Alzheimer's disease (AD) is a progressive neurological disorder that affects millions of people worldwide. While
significant efforts have been made to develop treatments targeting specific neuropathological conditions, a considerable
number of individuals maintain normal cognitive function despite the presence of these AD-related neuropathological
conditions. This suggests the existence of "cognitive resilience” factors that maintain cognitive function independently.
Meanwhile, perturbation screen techniques (such as CROP-seq and Perturb-seq) have enabled us to validate the
molecular function via high-throughput perturbation profiling. More importantly, such resources provide opportunities
for in silico modeling the synergistic effects from unseen combinations, which will exponentially increase the space of
perturbation effects. However, these high dimensionalities of single-cell features require advanced computational
approaches to efficiently extract biologically meaningful information. Additionally, batch effects and technical variability
can introduce confounding factors during data integration. Conventional statistical models and machine learning
methods fall short in handling this complexity, while current deep learning models often lack biological interpretability.
To bridge these gaps, our proposal aims to uncover these cognitive resilience factors by developing an interpretable
generative transcriptional program (iGTP) to investigate the genes and pathways associated with cognitive resilience and
identify potential highly correlated synergistic perturbations, which offers a new approach to developing therapies for
prevention and early
clinical
intervention
of AD.
We propose two specific aims to fulfill these goals. Aim 1: To engineer a deep learning framework that constructs
embedding layers with biologically interpretable TPs to model cognitive resilience factors. First, we will leverage
multimodal (genetics, transcriptome, clinical) data to identify those `high resilient' individuals and explore the molecular
signatures of resilience groups. Then, we construct our interpretable generative transcriptional program (iGTP) model to
correct the batch effect and project the cells to latent space (Z) composed of pre-defined TPs, where their biological
relevance will be depicted by their weights in each TP dimension. Aim 2: To Model gene perturbation in the unified TP
space and predict synergistic effects which may enhance cognitive resilience. First, we will utilize cutting-edge
bioinformatics analytical pipeline to quantify the perturbation profiling with single- and multiple- sgRNA perturbations.

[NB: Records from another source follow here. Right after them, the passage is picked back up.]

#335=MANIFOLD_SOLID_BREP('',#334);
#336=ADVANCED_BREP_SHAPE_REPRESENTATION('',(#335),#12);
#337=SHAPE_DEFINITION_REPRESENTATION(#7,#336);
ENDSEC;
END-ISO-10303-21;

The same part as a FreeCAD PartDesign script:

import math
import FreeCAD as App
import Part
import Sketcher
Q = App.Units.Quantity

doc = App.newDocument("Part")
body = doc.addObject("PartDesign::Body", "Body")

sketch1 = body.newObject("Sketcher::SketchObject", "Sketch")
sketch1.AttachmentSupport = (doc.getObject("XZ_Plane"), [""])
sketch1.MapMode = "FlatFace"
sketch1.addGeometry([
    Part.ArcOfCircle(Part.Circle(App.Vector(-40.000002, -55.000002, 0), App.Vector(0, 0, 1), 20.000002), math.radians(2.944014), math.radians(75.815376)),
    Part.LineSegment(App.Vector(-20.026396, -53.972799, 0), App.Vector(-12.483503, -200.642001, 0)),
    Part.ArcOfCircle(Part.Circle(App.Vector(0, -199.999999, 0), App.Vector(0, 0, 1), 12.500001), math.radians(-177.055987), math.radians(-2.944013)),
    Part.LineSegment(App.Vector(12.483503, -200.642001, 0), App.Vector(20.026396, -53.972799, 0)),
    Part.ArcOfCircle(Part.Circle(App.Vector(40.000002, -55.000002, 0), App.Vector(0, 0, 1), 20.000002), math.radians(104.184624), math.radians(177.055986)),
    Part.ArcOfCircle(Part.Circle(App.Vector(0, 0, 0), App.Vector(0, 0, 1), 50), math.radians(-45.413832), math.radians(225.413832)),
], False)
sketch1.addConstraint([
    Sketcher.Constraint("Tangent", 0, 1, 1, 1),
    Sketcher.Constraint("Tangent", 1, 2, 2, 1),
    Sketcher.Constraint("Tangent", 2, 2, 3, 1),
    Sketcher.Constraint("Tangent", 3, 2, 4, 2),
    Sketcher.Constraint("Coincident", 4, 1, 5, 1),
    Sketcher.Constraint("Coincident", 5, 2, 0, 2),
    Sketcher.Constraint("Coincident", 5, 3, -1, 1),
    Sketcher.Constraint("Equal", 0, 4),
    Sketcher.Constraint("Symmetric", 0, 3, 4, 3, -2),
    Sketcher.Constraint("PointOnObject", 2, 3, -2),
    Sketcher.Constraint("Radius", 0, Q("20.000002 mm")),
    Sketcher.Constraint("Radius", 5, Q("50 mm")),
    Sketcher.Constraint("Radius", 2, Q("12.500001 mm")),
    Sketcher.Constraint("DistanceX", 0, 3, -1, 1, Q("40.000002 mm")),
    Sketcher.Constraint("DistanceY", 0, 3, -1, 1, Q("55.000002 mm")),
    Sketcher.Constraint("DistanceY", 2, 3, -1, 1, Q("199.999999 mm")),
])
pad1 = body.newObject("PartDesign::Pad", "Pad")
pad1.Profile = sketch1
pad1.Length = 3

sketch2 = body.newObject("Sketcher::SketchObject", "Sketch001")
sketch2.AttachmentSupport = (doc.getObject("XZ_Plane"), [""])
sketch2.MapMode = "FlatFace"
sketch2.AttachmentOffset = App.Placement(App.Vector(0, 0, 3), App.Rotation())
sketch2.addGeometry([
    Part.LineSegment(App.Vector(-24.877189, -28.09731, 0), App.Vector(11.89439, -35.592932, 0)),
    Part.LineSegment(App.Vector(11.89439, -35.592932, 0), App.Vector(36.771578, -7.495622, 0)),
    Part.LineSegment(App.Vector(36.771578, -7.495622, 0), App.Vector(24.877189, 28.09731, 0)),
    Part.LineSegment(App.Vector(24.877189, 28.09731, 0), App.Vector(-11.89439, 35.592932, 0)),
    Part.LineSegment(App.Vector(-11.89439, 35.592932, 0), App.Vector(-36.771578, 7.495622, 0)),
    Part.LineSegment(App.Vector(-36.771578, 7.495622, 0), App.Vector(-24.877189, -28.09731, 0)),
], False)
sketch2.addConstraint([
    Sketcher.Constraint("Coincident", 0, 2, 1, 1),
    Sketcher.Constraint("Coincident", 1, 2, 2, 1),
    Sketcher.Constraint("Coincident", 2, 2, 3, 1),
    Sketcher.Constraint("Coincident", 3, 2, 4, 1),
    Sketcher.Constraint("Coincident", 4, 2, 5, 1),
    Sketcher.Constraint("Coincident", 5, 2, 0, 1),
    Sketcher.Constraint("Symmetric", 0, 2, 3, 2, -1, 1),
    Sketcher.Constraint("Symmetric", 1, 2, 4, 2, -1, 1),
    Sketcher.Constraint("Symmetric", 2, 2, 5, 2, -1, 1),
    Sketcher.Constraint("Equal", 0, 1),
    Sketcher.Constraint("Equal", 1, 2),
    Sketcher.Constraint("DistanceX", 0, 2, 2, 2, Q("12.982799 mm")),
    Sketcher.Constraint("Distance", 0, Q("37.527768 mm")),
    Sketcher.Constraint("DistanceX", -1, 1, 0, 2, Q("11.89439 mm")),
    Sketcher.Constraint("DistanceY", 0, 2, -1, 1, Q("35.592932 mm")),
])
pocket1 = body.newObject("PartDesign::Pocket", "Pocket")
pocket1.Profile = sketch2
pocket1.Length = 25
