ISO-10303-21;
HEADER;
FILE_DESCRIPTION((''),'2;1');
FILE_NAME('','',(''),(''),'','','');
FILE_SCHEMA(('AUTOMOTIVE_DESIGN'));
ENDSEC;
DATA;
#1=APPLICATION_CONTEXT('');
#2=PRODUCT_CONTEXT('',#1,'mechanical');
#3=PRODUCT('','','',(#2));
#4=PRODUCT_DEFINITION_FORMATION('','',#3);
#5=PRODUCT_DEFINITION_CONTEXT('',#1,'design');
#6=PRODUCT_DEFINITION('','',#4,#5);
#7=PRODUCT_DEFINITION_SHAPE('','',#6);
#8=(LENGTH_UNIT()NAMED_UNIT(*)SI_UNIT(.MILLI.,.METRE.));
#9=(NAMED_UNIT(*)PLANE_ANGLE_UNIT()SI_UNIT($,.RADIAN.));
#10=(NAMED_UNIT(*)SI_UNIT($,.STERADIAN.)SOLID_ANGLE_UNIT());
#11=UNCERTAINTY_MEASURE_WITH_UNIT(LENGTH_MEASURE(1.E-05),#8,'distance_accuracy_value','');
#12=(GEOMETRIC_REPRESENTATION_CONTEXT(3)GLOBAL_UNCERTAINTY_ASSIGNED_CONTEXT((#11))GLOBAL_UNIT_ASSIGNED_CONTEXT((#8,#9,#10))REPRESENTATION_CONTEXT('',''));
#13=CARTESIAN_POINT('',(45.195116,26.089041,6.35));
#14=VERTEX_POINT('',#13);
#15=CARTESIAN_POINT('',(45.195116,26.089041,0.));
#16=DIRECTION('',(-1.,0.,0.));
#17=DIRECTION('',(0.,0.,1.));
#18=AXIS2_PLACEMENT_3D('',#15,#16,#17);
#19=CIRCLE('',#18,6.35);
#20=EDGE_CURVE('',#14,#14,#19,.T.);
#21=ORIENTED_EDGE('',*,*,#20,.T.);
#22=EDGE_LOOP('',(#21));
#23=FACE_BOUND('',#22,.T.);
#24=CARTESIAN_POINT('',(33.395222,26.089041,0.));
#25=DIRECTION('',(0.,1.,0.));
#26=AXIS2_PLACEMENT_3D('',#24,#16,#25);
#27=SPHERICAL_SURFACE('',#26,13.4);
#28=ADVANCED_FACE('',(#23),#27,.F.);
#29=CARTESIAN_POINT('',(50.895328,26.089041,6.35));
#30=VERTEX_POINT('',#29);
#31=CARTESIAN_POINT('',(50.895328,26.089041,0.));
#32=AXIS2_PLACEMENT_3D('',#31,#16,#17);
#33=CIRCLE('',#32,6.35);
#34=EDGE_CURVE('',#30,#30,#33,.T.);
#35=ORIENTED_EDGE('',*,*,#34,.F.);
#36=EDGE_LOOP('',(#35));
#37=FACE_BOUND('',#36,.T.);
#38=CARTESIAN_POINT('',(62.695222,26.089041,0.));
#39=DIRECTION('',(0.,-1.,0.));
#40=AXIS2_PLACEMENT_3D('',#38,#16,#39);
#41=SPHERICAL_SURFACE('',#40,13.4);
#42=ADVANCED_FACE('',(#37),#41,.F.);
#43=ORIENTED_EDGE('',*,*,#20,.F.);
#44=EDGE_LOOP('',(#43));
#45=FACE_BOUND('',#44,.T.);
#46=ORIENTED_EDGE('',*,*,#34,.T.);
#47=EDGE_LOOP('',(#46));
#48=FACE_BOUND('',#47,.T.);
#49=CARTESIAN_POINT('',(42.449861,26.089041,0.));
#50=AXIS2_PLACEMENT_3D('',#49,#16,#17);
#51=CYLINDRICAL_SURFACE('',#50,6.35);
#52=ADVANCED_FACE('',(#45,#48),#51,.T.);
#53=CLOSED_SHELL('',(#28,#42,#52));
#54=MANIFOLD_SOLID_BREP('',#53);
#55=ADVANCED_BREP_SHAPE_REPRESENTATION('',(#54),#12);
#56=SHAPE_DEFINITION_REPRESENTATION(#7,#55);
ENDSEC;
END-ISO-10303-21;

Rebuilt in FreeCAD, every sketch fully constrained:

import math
import FreeCAD as App
import Part
import Sketcher

doc = App.newDocument("Part")
body = doc.addObject("PartDesign::Body", "Body")

sketch1 = body.newObject("Sketcher::SketchObject", "Sketch")
sketch1.AttachmentSupport = (doc.getObject("XY_Plane"), [""])
sketch1.MapMode = "FlatFace"
sketch1.addGeometry([
    Part.LineSegment(App.Vector(46.8, 26.1, 0), App.Vector(49.3, 26.1, 0)),
    Part.ArcOfCircle(Part.Circle(App.Vector(62.7, 26.1, 0), App.Vector(0, 0, 1), 13.4), math.radians(152), math.radians(180)),
    Part.LineSegment(App.Vector(50.9, 32.4, 0), App.Vector(45.2, 32.4, 0)),
    Part.ArcOfCircle(Part.Circle(App.Vector(33.4, 26.1, 0), App.Vector(0, 0, 1), 13.4), math.radians(0), math.radians(28)),
], False)
sketch1.addGeometry(Part.LineSegment(App.Vector(33.4, 26.1, 0), App.Vector(62.7, 26.1, 0)), True)
sketch1.addConstraint([
    Sketcher.Constraint("Coincident", 0, 2, 1, 2),
    Sketcher.Constraint("Coincident", 1, 1, 2, 1),
    Sketcher.Constraint("Coincident", 2, 2, 3, 2),
    Sketcher.Constraint("Coincident", 3, 1, 0, 1),
    Sketcher.Constraint("Horizontal", 0),
    Sketcher.Constraint("Horizontal", 2),
    Sketcher.Constraint("Horizontal", 4),
    Sketcher.Constraint("Coincident", 4, 1, 3, 3),
    Sketcher.Constraint("Coincident", 4, 2, 1, 3),
    Sketcher.Constraint("Equal", 1, 3),
    Sketcher.Constraint("Horizontal", 3, 3, 0, 2),
    Sketcher.Constraint("Radius", 1, 13.4),
    Sketcher.Constraint("DistanceX", 0, 1, 0, 2, 2.5),
    Sketcher.Constraint("DistanceY", 0, 2, 1, 1, 6.35),
    Sketcher.Constraint("DistanceX", -1, 1, 1, 3, 62.695222),
    Sketcher.Constraint("DistanceY", -1, 1, 1, 3, 26.089041),
])
revolution = body.newObject("PartDesign::Revolution", "Revolution")
revolution.Profile = sketch1
revolution.ReferenceAxis = (sketch1, ["Axis0"])
revolution.Angle = 360

doc.recompute()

Next, our iGTP framework will harmonize the perturbated cells to the same unified embedding space (Z). Our iGTP
model will predict synergistic effects using single perturbations and validate their effects with corresponding - sgRNA
perturbations. Lastly, we will predict perturbation combinations that potentially enhance the resilience factors.
The successful completion of our project will provide 1) an interpretable model, facilitating the exploration of AD
resilience on biologically meaningful dimensions and supporting in silico assessment of the counterfactual prediction
between desired cellular status shift (such as cognitive resilience) and synergistic effects of multiple perturbations. 2)
immediate implications for AD research communities and has the potential to be generalized to other diseases.